The coronavirus isn’t killing as many as it did last fall and winter, and experts don’t expect death to reach those levels again any time soon. But hundreds of daily deaths from a summer respiratory illness would normally be staggering, said Andrew Noymer, a professor of public health at the University of California, Irvine. He noted that in Orange County, California, 46 people died of COVID-19 in June.

“That would be all hands on deck,” Noymer said. “People were saying, ‘There’s a crazy new flu killing people in June.'”

Instead, simple and proven precautions are not being taken. Vaccines, including booster shots for those eligible, reduce the risk of hospitalization and death, even against the most recent variants. But less than half of all eligible American adults have received a single booster shot, and only 1 in 4 Americans age 50 and older who are eligible for a second booster shot have received one.

“This has been a failed booster campaign,” Topol said, noting that the Centers for Disease Control and Prevention still uses the term “fully vaccinated” for people with two injections from Moderna or Pfizer. “They haven’t realized that two shots is totally inappropriate,” she said.

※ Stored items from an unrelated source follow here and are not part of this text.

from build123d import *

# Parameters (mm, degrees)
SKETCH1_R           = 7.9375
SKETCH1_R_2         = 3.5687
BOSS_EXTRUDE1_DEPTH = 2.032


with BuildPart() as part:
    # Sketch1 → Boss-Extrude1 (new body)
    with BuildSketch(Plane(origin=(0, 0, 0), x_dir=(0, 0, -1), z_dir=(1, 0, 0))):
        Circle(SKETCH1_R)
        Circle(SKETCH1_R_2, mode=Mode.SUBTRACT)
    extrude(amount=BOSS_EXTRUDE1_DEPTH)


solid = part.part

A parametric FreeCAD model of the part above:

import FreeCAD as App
import Part
import Sketcher
from FreeCAD import Vector
Q = App.Units.Quantity

doc = App.newDocument("Part")
params = doc.addObject("Spreadsheet::Sheet", "Params")
for row, (alias, value) in enumerate([
    ("sketch1_diameter", "0.625 in"),
    ("sketch1_diameter2", "0.281 in"),
    ("pad1_length", "0.08 in"),
], start=1):
    params.set(f"A{row}", alias)
    params.set(f"B{row}", "=" + value)
    params.setAlias(f"B{row}", alias)

body = doc.addObject("PartDesign::Body", "Body")

# Sketch on YZ plane
sketch1 = body.newObject("Sketcher::SketchObject", "Sketch")
sketch1.AttachmentSupport = (doc.getObject("YZ_Plane"), [""])
sketch1.MapMode = "FlatFace"
sketch1.addGeometry([
    Part.Circle(Vector(0, 0, 0), Vector(0, 0, 1), 7.9375),
    Part.Circle(Vector(0, 0, 0), Vector(0, 0, 1), 3.5687),
], False)
sketch1.addConstraint([
    Sketcher.Constraint("Coincident", 0, 3, -1, 1),
    Sketcher.Constraint("Coincident", 1, 3, -1, 1),
    Sketcher.Constraint("Diameter", 0, Q("0.625 in")),
    Sketcher.Constraint("Diameter", 1, Q("0.281 in")),
])
sketch1.setExpression("Constraints[2]", "Params.sketch1_diameter")
sketch1.setExpression("Constraints[3]", "Params.sketch1_diameter2")
pad1 = body.newObject("PartDesign::Pad", "Pad")
pad1.Profile = sketch1
pad1.setExpression("Length", "Params.pad1_length")

doc.recompute()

Noymer said that if he were in charge of the nation’s response to COVID, he would open up to the American people in an effort to get their attention in this third year of the pandemic. I would tell Americans to take this seriously, wear masks indoors, and “until we get better vaccines, there will be a new normal for a disease that kills more than 100,000 Americans a year and affects life expectancy.”

That message probably wouldn’t fly for political reasons, Noymer acknowledged.

It also might not work for people who are tired of taking precautions after more than two years of the pandemic. Valerie Walker of New Hope, Pennsylvania, is aware of the latest surge, but she’s not alarmed.

“I was definitely worried back then,” she said of the early days of the pandemic, with images of body bags on the nightly news. “Now there is fatigue, things were improving and there was a vaccine. So I would say on a scale of one to 10, it’s probably a four.”

Even with two friends who are now sick with the virus and her husband recently recovered, Walker says she has bigger problems.

“Sometimes when I think about it, I still wear a mask when I walk into a store, but honestly, it’s not a daily thought for me,” she said.

Johnson, an AP medical writer, reported from Washington state. Associated Press writers Bobby Caina Calvan in New York and Zeke Miller in Washington contributed.

The Associated Press Health and Science Department receives support from the Howard Hughes Medical Institute’s Department of Science Education. The AP is solely responsible for all content.